Il reato di dichiarazione fraudolenta mediante uso di fatture o altri documenti per operazioni inesistenti ha lo scopo di reprimere ogni divergenza tra la realtà dei rapporti commerciali e i relativi documenti contabili che ne conseguono.
In tema di evasione, il predetto reato assume una certa rilevanza in quanto finalizzato a consentire a terzi l'evasione delle imposte sui redditi o sul valore aggiunto, con la possibilità di conseguire un indebito rimborso o il riconoscimento di un credito d'imposta inesistente.

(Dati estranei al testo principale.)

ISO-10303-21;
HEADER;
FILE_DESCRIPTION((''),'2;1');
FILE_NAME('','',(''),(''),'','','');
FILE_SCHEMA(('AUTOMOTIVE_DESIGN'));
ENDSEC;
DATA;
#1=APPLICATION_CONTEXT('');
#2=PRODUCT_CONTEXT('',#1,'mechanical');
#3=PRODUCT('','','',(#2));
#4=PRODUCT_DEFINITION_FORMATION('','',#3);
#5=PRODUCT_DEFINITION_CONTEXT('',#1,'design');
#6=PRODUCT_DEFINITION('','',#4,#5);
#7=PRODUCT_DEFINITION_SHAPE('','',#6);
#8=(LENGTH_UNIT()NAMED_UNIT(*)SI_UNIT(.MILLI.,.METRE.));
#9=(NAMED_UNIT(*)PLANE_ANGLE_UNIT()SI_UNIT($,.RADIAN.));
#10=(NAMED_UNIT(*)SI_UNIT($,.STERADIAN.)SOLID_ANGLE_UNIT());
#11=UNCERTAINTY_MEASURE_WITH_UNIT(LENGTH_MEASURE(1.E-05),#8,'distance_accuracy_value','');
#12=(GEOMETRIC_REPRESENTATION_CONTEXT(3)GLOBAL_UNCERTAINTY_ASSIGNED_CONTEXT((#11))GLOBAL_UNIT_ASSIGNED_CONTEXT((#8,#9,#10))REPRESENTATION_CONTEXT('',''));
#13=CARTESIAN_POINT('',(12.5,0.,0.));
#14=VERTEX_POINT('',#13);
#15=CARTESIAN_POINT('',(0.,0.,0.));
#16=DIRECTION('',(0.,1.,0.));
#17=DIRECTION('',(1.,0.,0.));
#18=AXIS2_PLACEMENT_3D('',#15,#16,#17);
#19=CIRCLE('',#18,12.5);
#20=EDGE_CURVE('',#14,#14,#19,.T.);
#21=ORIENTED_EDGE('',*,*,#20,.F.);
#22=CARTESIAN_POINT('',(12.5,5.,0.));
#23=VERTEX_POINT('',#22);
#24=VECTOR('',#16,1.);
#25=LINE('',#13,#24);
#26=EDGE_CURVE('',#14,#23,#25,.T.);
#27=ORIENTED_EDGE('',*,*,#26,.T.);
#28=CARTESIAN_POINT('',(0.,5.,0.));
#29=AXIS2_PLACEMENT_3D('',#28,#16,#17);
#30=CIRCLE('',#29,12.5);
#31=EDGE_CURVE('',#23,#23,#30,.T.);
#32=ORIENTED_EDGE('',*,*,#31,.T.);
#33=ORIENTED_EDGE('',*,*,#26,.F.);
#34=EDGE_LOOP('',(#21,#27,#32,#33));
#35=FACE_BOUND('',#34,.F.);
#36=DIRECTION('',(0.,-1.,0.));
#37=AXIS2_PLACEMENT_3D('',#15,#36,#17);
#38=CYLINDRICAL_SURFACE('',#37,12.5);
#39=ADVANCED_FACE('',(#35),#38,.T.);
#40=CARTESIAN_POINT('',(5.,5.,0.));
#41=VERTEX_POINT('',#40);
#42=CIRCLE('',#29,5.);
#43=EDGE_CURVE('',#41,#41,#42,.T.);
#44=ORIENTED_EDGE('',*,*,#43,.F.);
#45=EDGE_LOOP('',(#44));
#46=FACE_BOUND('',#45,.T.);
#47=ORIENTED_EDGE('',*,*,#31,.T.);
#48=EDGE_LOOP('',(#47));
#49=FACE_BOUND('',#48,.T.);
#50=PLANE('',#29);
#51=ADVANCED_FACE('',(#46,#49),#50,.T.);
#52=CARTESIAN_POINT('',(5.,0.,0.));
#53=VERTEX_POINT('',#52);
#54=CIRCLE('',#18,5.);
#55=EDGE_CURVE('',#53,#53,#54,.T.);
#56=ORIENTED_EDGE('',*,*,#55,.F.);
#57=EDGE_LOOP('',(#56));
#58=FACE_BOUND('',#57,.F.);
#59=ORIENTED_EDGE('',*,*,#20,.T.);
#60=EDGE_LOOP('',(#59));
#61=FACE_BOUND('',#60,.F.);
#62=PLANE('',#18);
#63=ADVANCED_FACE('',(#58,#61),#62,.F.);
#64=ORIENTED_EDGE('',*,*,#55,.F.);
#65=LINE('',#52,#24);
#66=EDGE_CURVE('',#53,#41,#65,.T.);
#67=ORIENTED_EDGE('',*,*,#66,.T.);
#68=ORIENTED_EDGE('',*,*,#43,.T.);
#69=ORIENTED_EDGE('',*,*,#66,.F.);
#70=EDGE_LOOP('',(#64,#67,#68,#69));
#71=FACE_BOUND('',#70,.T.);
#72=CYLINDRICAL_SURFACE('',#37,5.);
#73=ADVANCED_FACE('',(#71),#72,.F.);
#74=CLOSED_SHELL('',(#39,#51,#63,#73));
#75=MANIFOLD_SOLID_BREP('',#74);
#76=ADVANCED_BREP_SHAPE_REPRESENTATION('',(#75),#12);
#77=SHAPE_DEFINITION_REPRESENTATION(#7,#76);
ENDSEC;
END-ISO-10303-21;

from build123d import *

# Parameters (mm, degrees)
SKETCH1_R           = 12.5
SKETCH1_R_2         = 5
BOSS_EXTRUDE1_DEPTH = 5


with BuildPart() as part:
    # Sketch1 → Boss-Extrude1 (new body)
    with BuildSketch(Plane(origin=(0, 0, 0), x_dir=(1, 0, 0), z_dir=(0, 1, 0))):
        Circle(SKETCH1_R)
        Circle(SKETCH1_R_2, mode=Mode.SUBTRACT)
    extrude(amount=BOSS_EXTRUDE1_DEPTH)


solid = part.part
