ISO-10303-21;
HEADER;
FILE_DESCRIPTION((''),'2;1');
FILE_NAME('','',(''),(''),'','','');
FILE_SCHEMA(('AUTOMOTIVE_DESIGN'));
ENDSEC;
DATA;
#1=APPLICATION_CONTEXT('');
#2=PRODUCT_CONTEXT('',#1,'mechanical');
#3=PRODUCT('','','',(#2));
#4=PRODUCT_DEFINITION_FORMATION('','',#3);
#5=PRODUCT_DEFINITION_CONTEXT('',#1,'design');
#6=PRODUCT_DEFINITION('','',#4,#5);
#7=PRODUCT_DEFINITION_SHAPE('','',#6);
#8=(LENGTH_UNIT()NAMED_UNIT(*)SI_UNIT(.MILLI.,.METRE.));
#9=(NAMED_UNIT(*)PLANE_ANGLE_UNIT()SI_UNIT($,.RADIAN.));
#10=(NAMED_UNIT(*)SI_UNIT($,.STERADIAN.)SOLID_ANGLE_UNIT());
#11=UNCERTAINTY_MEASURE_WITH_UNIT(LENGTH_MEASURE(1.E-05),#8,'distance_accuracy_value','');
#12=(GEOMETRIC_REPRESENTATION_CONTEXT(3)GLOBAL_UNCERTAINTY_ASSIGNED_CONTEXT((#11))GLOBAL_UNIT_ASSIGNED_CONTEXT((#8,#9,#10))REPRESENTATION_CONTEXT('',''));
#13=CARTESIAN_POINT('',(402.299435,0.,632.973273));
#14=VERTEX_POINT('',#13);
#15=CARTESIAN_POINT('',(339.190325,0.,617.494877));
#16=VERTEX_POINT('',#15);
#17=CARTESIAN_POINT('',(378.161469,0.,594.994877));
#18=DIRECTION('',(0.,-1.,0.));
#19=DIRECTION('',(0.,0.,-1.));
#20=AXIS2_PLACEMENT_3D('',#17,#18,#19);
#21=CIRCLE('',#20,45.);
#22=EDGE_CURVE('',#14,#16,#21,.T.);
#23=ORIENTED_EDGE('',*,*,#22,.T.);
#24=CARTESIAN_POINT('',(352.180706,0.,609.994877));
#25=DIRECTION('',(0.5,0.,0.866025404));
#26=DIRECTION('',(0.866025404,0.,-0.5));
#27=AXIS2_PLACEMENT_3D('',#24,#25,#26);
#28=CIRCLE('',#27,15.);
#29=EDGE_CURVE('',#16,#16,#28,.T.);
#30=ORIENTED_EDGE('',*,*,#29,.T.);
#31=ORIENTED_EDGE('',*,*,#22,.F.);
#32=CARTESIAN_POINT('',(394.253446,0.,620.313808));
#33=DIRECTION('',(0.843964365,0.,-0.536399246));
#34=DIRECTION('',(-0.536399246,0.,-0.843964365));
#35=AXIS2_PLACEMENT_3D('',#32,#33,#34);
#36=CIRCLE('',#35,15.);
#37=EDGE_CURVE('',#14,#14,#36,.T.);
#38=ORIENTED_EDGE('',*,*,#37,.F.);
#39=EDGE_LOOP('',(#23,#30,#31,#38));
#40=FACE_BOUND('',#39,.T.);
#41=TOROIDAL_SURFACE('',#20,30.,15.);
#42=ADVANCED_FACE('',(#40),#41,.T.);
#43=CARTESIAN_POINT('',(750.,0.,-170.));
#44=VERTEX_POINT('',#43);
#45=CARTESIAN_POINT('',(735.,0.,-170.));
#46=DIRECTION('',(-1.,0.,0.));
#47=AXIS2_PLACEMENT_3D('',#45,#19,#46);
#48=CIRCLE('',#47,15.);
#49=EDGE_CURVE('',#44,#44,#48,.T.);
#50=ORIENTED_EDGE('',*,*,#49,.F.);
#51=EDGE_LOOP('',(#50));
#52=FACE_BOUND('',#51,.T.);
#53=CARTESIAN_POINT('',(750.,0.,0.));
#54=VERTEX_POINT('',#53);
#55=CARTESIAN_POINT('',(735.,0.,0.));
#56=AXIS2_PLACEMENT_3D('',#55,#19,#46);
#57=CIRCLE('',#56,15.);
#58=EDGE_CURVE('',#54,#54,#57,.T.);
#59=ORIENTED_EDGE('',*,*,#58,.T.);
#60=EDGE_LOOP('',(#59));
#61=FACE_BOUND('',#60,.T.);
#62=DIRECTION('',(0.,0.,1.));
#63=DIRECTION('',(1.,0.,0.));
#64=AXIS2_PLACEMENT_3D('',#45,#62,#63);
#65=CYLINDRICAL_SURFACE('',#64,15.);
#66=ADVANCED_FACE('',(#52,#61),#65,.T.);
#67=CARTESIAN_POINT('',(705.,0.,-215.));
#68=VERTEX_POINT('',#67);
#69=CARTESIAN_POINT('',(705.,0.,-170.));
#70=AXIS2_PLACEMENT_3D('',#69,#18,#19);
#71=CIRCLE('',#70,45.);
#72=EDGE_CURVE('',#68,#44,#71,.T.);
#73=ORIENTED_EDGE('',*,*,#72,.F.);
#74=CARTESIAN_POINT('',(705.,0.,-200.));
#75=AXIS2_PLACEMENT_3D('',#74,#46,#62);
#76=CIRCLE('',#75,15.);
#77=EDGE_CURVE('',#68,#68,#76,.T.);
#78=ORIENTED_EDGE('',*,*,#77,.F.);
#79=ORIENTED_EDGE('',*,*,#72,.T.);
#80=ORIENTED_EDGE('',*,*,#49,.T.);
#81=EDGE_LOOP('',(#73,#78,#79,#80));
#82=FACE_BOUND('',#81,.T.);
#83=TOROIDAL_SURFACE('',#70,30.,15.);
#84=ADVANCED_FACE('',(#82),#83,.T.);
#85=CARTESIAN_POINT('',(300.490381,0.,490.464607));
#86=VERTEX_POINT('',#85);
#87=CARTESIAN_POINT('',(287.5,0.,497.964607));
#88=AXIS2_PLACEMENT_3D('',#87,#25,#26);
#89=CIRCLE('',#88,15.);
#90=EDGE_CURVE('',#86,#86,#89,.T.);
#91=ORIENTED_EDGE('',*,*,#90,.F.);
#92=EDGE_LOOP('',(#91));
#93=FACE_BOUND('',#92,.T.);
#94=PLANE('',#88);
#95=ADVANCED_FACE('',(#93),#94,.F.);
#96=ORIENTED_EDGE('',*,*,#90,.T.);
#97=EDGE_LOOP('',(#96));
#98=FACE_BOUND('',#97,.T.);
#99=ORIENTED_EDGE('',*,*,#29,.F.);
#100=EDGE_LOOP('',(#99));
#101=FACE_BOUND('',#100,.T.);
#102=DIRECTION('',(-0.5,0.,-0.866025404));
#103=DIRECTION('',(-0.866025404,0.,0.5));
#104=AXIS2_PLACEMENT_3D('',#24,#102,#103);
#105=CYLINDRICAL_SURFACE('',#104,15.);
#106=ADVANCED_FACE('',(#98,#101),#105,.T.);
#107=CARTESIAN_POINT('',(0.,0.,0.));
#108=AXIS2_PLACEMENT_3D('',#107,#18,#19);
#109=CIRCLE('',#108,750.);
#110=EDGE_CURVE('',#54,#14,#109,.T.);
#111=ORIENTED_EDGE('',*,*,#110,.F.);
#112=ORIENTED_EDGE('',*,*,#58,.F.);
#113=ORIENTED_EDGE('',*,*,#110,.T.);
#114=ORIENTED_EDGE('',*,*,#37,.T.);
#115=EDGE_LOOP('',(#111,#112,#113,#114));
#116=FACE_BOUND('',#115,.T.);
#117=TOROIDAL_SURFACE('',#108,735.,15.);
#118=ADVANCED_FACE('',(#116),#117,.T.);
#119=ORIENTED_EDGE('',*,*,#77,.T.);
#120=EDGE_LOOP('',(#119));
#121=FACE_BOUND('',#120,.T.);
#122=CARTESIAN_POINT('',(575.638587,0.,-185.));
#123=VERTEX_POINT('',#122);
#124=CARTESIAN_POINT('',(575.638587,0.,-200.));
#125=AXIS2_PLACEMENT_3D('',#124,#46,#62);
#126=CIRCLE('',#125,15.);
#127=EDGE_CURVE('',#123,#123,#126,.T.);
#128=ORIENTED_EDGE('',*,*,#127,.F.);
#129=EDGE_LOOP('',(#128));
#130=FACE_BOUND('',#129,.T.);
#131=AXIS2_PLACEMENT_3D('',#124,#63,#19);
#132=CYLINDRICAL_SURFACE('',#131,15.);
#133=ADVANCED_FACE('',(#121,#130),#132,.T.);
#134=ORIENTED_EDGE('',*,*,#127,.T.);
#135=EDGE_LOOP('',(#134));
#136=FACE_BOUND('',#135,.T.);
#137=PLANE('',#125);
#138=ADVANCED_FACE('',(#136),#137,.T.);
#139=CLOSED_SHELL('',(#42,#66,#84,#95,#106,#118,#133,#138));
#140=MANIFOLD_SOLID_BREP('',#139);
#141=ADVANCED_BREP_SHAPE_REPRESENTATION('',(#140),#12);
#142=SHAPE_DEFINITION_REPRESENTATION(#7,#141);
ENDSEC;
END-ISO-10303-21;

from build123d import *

# Parameters (mm, degrees)
CROSS_SECTION_SKETCH_R = 15


with BuildPart() as part:
    # Bar Sweep: sweep along a path in Overhead Sketch
    with BuildLine(Plane(origin=(0, 0, 0), x_dir=(1, 0, 0), z_dir=(0, 1, 0))) as bar_sweep_path:
        Line((575.638587088, 200), (705, 200))
        ThreePointArc((705, 200), (726.213203436, 191.213203436), (735, 170))
        Line((735, 170), (735, 0))
        ThreePointArc((735, 0), (644.20543415, -353.870539338), (394.253445956, -620.313807965))
        ThreePointArc((394.253445956, -620.313807965), (371.015343762, -624.131330145), (352.180706456, -609.994877028))
        Line((352.180706456, -609.994877028), (287.5, -497.964607176))
    # Cross Section Sketch → Bar Sweep (sweep)
    with BuildSketch(Plane.ZY.offset(-575.638587088)):
        with Locations((-200, 0)):
            Circle(CROSS_SECTION_SKETCH_R)
    sweep(path=bar_sweep_path.line)


solid = part.part
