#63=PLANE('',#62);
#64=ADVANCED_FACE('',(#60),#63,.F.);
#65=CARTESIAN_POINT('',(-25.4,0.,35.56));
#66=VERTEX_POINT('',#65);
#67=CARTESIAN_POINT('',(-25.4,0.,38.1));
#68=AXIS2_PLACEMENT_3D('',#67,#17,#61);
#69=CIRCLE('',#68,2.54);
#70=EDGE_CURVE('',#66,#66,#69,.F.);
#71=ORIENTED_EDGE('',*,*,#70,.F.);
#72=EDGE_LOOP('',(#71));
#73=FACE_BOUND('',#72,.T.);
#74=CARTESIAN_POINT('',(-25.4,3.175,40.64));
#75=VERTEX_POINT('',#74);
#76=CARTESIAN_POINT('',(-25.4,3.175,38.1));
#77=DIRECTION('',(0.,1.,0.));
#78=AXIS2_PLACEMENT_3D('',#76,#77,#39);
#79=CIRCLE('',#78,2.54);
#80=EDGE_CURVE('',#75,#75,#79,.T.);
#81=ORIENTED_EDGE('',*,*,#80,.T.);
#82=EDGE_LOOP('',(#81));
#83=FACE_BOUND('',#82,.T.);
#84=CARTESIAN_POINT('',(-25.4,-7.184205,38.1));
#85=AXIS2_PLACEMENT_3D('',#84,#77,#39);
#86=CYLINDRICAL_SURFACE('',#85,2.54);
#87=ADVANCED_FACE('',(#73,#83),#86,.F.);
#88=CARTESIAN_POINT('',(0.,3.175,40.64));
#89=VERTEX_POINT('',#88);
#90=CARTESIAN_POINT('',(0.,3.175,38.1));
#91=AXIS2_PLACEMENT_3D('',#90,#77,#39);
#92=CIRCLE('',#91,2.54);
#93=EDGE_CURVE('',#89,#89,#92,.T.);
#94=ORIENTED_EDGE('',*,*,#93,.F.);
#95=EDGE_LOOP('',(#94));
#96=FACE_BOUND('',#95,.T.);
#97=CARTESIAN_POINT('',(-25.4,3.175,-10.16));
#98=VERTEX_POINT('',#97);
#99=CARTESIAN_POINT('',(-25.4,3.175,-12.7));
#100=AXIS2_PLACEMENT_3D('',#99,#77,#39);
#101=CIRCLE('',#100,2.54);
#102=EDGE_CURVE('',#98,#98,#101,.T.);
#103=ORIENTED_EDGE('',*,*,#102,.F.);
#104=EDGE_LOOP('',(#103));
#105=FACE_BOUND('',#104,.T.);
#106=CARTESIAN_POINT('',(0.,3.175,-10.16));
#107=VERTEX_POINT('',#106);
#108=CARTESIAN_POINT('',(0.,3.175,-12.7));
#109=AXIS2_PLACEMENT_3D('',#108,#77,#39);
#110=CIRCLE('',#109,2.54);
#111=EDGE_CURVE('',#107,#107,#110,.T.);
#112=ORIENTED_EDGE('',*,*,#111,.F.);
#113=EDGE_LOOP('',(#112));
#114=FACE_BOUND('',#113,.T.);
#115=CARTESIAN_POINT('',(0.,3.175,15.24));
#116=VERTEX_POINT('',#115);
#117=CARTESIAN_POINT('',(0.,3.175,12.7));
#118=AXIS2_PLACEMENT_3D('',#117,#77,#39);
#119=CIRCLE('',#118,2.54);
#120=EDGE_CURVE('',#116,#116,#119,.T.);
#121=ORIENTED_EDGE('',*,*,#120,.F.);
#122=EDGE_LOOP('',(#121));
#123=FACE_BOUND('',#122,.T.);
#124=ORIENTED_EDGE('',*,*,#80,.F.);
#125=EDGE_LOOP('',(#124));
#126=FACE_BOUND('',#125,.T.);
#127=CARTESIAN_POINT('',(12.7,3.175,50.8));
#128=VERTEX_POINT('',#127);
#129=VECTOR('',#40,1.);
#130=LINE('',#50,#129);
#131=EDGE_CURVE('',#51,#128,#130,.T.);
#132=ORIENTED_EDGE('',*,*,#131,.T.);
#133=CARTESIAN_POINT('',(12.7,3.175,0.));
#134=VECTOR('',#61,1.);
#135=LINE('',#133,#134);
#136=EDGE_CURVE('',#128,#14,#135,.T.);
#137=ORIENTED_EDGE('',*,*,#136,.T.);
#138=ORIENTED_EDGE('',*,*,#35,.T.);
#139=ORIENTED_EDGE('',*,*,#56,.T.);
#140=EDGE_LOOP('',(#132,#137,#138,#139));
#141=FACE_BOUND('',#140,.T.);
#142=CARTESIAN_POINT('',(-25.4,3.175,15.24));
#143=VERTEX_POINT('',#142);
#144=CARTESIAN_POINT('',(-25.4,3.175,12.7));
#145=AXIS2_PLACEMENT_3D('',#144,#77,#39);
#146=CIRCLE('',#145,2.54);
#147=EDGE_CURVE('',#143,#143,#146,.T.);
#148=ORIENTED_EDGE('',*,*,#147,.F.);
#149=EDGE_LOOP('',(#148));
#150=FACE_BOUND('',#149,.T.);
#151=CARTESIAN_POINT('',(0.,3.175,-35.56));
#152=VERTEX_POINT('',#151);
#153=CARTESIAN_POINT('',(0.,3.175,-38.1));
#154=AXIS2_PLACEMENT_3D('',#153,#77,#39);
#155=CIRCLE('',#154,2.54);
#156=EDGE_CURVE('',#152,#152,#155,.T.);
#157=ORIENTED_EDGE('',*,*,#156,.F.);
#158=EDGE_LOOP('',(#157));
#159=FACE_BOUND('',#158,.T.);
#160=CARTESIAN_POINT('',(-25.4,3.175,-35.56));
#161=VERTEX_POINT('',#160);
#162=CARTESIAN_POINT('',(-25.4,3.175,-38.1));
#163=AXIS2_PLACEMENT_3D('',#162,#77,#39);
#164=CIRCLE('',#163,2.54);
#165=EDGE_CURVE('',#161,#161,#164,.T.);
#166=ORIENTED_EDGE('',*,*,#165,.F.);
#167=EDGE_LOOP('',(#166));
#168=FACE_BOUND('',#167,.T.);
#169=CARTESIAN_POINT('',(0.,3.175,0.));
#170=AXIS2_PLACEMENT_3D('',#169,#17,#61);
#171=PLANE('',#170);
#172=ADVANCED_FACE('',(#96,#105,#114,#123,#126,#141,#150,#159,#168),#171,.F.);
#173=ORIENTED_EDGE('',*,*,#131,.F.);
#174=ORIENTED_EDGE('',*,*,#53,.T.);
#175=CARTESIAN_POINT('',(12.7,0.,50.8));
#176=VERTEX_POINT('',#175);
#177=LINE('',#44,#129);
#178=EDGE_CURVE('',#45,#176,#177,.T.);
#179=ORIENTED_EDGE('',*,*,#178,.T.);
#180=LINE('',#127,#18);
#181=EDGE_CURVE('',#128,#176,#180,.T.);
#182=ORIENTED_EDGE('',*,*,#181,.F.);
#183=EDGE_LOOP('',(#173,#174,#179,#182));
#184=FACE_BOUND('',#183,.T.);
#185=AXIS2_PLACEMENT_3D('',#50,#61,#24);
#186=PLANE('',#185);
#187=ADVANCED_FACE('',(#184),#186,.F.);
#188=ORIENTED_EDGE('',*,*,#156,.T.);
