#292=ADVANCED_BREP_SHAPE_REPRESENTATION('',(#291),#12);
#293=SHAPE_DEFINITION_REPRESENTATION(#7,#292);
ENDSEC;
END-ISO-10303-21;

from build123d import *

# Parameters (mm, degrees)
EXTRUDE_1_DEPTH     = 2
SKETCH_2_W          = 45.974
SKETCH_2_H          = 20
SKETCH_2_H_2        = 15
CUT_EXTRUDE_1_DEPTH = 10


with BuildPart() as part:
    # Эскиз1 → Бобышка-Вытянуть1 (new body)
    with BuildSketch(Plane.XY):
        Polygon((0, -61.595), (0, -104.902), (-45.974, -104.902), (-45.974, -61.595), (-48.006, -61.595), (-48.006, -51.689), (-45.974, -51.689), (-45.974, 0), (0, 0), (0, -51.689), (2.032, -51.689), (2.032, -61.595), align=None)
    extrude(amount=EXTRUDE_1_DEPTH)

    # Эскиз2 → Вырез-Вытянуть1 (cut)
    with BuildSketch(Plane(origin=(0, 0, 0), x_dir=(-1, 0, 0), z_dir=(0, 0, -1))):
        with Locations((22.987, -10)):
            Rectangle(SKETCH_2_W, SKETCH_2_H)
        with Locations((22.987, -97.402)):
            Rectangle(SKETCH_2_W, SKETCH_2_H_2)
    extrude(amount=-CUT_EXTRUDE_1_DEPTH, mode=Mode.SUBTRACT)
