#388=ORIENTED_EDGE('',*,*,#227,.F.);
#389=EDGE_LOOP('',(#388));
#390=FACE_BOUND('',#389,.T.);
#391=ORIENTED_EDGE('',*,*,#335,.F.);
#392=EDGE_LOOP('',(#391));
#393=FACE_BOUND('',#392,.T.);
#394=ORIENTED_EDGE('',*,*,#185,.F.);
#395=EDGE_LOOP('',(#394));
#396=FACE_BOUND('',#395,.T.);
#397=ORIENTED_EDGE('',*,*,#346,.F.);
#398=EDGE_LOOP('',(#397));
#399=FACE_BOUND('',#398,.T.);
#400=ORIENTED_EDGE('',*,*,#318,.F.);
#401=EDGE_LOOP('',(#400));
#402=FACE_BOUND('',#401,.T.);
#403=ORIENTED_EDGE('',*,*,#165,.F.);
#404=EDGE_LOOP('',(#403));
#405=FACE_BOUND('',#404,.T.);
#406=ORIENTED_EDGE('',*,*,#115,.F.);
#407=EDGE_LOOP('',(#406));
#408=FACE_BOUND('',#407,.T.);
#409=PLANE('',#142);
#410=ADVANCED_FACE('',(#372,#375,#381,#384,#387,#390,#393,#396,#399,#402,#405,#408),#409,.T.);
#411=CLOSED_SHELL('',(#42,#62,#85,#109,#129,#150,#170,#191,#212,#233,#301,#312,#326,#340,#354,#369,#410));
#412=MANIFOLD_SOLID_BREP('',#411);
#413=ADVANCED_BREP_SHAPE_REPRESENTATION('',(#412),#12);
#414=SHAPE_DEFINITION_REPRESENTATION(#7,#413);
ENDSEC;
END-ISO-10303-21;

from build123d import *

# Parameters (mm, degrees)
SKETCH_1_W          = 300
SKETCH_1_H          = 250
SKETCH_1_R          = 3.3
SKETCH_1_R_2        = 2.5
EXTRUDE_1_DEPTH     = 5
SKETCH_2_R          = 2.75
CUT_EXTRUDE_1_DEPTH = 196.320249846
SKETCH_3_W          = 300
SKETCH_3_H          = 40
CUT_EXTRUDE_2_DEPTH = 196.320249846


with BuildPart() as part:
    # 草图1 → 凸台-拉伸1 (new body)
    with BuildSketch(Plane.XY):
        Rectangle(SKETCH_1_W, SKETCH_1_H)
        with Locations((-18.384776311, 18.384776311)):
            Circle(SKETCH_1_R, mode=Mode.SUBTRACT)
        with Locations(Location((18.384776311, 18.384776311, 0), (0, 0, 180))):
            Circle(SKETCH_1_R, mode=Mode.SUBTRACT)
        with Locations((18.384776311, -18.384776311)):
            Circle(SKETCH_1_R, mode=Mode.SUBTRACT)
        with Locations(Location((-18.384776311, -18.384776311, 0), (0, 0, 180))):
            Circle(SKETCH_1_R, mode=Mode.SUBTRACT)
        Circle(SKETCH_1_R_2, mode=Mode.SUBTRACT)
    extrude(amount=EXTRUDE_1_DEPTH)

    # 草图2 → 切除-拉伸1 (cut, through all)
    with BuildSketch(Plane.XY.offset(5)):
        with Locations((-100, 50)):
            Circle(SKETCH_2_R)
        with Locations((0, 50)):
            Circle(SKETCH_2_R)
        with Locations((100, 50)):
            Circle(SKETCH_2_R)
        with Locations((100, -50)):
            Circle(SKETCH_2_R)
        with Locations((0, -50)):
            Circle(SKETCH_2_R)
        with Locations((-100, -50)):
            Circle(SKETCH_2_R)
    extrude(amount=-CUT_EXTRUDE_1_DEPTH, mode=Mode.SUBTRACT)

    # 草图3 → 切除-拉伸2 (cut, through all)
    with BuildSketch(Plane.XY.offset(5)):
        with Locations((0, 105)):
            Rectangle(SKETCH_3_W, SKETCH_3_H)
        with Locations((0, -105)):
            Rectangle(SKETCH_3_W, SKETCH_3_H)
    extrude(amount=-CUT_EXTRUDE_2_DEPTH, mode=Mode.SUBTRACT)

Di solito accade che chi emette una fattura falsa, intestandola a un soggetto terzo, si é prima accordato con lo stesso ovvero ha accolto la sua richiesta.
La condotta criminosa consiste nella consegna o spedizione del documento fiscale per operazioni inesistenti a un terzo potenziale utilizzatore, il quale non abbia partecipato alla realizzazione dello stesso, a prescindere dall'effettivo utilizzo del documento fiscale falso.
Sul punto, una consolidata Giurisprudenza di legittimità e di merito ravvede la fattispecie incriminatrice prevista dall'art. 2 del D.L.vo 74/2000 nei casi di inesistenza oggettiva dell'operazione, ossia quando la stessa non é stata mai posta in essere nella realtà; inesistenza relativa, che si ravvede ogni qualvolta l'operazione è stata posta in essere per quantitativi inferiori a quelli indicati in fattura; ultra fatturazione quantitativa, cioé quando la fattura attesta la cessioni di beni e/o servizi aventi un prezzo maggiore rispetto a quelli forniti.
L'art. 9 del D.L.vo 74/2000 merita poi un approfondimento in tema di concorso di persone nel reato.
In particolare, l'art. 110 c.p. dispone che “ Quando più persone concorrono nel medesimo reato, ciascuna di esse soggiace alla pena per questo stabilita ”.
In sostanza, ciascun concorrente deve aver contribuito alla realizzazione materiale del fatto tramite una condotta esteriore.
In deroga a tale principio, il sopra indicato art. 9 stabilisce che non é punibile del reato di dichiarazione fraudolenta ex art. 2 D.L.vo 74/2000 chi concorre all'emissione delle fatture false, così come esclude il concorso dell'utilizzatore delle fatture false nel reato di emissione delle stesse di cui all'art. 8 D.L.vo 74/2000.
In ultima analisi, non si può non fare una cenno ai termini di prescrizione dei reati in materia di imposte sui redditi e sul valore aggiunto.
Il D.L.vo 74/2000 richiama integralmente i principi generali di cui agli artt. 157 e ss. c.p per i quali “ la prescrizione estingue il reato decorso il tempo corrispondente al massimo della pena edittale stabilita dalla legge e comunque un tempo non inferiore a sei anni se si tratta di delitto....”
L'unica modifica é stata introdotta dalla legge 14.09.2011 n.148 che ha inserito il comma 1 bis all'art. 17 D.L.vo 74/2000 per il quale “ i termini di prescrizione per i delitti previsti dagli articoli da 2 a 10 del presente decreto sono elevati di un terzo.”
In sostanza, i reati in materia di imposte sui redditi e sul valore aggiunto si prescrivono in otto anni, qualora non siano intervenuti atti interruttivi.
Nei casi di specie, recentemente lo studio legale GNV é stato in grado di smontare abilmente un'ipotesi accusatoria di fatturazione relativa ad operazioni inesistenti attraverso la produzione in giudizio di una dettagliata e copiosa documentazione contabile di tracciabilità del materiale fornito, a prezzi di mercato congrui, suffragata dalle stesse bolle di consegna della merce e da quanto dichiarato dai testimoni escussi durante l'istruttoria dibattimentale di un processo penale incardinato innanzi al Tribunale monocratico di Pavia, conclusosi con una sentenza di assoluzione con formula piena nei confronti del proprio assistito.